Литмир - Электронная Библиотека

Я не очень поняла его странное сравнение своей персоны с неким земным существом, наверное, реально глупым, как и странное устроение их земной жизни, которым они отчего-то не тяготились, если только чуть-чуть печалились иногда. А в целом-то, очень любили свой явно неполноценный мир. Впрочем, как и мы свою отнюдь не идеальную Паралею. Недоразвитые существа в определении Тон-Ата. Между жителями Паралеи и землянами Тон-Ат не видел существенной разницы.

— Если я решу родить себе ребёночка, мне придётся искать себе того, кто уж точно пойдёт со мной в Храм Надмирного Света.
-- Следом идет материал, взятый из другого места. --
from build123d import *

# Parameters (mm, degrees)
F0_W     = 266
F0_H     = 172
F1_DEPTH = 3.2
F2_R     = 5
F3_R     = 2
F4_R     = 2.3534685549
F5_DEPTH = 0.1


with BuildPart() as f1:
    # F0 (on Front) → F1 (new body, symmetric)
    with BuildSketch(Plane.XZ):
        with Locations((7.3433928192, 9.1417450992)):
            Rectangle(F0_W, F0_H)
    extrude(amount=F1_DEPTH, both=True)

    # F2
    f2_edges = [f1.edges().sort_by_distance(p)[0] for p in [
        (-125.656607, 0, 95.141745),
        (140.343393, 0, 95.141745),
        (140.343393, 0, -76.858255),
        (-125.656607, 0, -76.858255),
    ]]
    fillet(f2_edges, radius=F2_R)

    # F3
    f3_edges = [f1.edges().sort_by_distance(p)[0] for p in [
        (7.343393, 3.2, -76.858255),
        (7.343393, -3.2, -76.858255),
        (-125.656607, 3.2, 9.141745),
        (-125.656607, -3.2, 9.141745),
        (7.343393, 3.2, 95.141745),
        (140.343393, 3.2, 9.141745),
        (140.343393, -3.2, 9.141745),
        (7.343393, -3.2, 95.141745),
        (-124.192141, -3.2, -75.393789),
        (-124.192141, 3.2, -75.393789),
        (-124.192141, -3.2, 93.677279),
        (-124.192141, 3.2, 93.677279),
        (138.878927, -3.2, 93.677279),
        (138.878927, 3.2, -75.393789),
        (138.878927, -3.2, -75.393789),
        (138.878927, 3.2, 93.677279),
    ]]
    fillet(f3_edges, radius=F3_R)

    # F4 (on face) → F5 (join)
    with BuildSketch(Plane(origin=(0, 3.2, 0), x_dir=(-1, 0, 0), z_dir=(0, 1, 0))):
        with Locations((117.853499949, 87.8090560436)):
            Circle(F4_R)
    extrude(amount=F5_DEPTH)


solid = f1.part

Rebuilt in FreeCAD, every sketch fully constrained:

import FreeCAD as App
import Part
import Sketcher

V = App.Vector


def edges_at(feature, points):
    """Names of the edges that pass closest to the given points."""
    edges = feature.Shape.Edges
    near = lambda p: min(range(len(edges)), key=lambda i: edges[i].distToShape(Part.Vertex(*p))[0])
    return sorted({f"Edge{near(p) + 1}" for p in points})


def add_polygon(sketch, points):
    """Adds a closed chain of lines whose ends are joined by coincident constraints."""
    first, n = sketch.GeometryCount, len(points)
    for a, b in zip(points, points[1:] + points[:1]):
        sketch.addGeometry(Part.LineSegment(App.Vector(*a, 0), App.Vector(*b, 0)), False)
    for i in range(n):
        sketch.addConstraint(Sketcher.Constraint("Coincident", first + i, 2, first + (i + 1) % n, 1))

doc = App.newDocument("Part")
params = doc.addObject("Spreadsheet::Sheet", "Params")
for row, (alias, value) in enumerate([
    ("sketch1_width", "266 mm"),
    ("sketch1_height", "172 mm"),
    ("pad1_length", "6.4 mm"),
    ("fillet_radius", "5 mm"),
    ("fillet2_radius", "2 mm"),
    ("pad2_length", "0.1 mm"),
], start=1):
    params.set(f"A{row}", alias)
    params.set(f"B{row}", "=" + value)
    params.setAlias(f"B{row}", alias)

body = doc.addObject("PartDesign::Body", "Body")

sketch1 = doc.addObject("Sketcher::SketchObject", "Sketch")
body.addObject(sketch1)
sketch1.AttachmentSupport = (doc.XZ_Plane, [""])
sketch1.MapMode = "FlatFace"
add_polygon(sketch1, [(-126, 95), (-126, -77), (140, -77), (140, 95)])
sketch1.addConstraint(Sketcher.Constraint("Vertical", 0))
sketch1.addConstraint(Sketcher.Constraint("Horizontal", 1))
sketch1.addConstraint(Sketcher.Constraint("Vertical", 2))
sketch1.addConstraint(Sketcher.Constraint("Horizontal", 3))
sketch1.addConstraint(Sketcher.Constraint("DistanceX", 1, 1, 1, 2, 266.0))
sketch1.addConstraint(Sketcher.Constraint("DistanceY", 0, 2, 0, 1, 172.0))
sketch1.addConstraint(Sketcher.Constraint("DistanceX", 0, 2, -1, 1, 125.656607))
sketch1.addConstraint(Sketcher.Constraint("DistanceY", 0, 2, -1, 1, 76.858255))
sketch1.setExpression("Constraints[8]", "Params.sketch1_width")
sketch1.setExpression("Constraints[9]", "Params.sketch1_height")
pad1 = doc.addObject("PartDesign::Pad", "Pad")
body.addObject(pad1)
pad1.Profile = sketch1
pad1.setExpression("Length", "Params.pad1_length")
pad1.Midplane = True
doc.recompute()

fillet = doc.addObject("PartDesign::Fillet", "Fillet")
body.addObject(fillet)
fillet.Base = (pad1, edges_at(pad1, [
    (-125.657, 0, 95.142),
    (140.343, 0, 95.142),
    (140.343, 0, -76.858),
    (-125.657, 0, -76.858),
]))
fillet.setExpression("Radius", "Params.fillet_radius")
doc.recompute()

fillet2 = doc.addObject("PartDesign::Fillet", "Fillet001")
body.addObject(fillet2)
fillet2.Base = (fillet, edges_at(fillet, [
    (7.343, 3.2, -76.858),
    (7.343, -3.2, -76.858),
    (-125.657, 3.2, 9.142),
    (-125.657, -3.2, 9.142),
    (7.343, 3.2, 95.142),
    (140.343, 3.2, 9.142),
    (140.343, -3.2, 9.142),
    (7.343, -3.2, 95.142),
    (-124.192, -3.2, -75.394),
    (-124.192, 3.2, -75.394),
    (-124.192, -3.2, 93.677),
    (-124.192, 3.2, 93.677),
    (138.879, -3.2, 93.677),
    (138.879, 3.2, -75.394),
    (138.879, -3.2, -75.394),
    (138.879, 3.2, 93.677),
]))
fillet2.setExpression("Radius", "Params.fillet2_radius")

sketch2 = doc.addObject("Sketcher::SketchObject", "Sketch001")
body.addObject(sketch2)
sketch2.AttachmentSupport = (doc.XZ_Plane, [""])
sketch2.MapMode = "FlatFace"
sketch2.AttachmentOffset = App.Placement(V(0, 0, -3.2), App.Rotation())
sketch2.addGeometry(Part.Circle(V(-117.9, 87.8, 0), V(0, 0, 1), 2.4), False)
sketch2.addConstraint(Sketcher.Constraint("Diameter", 0, 4.706937))
sketch2.addConstraint(Sketcher.Constraint("DistanceX", 0, 3, -1, 1, 117.8535))
sketch2.addConstraint(Sketcher.Constraint("DistanceY", -1, 1, 0, 3, 87.809056))
pad2 = doc.addObject("PartDesign::Pad", "Pad001")
body.addObject(pad2)
pad2.Profile = sketch2
pad2.setExpression("Length", "Params.pad2_length")
pad2.Reversed = True

doc.recompute()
Мне пора об этом думать. Я давно вышла из юной поры. Что ты думаешь по этому поводу?

— Как же я могу осуждать тебя за столь понятные устремления?

— Ты не расстроишься, если моим мужем будет кто-то другой?

— Расстроюсь, конечно. Но пока что, как я понимаю, подобное расстройство мне не грозит?

— «Пока что» не означает, что надолго. У тебя всего два выбора на том подносе, что каждое утро терпеливая Судьба оставляет у твоего порога. Или ты пойдёшь со мною в Храм Надмирного Света, или тебе придётся забыть обо мне.

— Твоя речь красива и поэтична, — похвалил он, но я заметила по особой тени в глубине его прозрачных и бесподобных глаз, что уклон беседы ему не нравится. Что в Храм Надмирного Света он со мною не собирается. И я сникла.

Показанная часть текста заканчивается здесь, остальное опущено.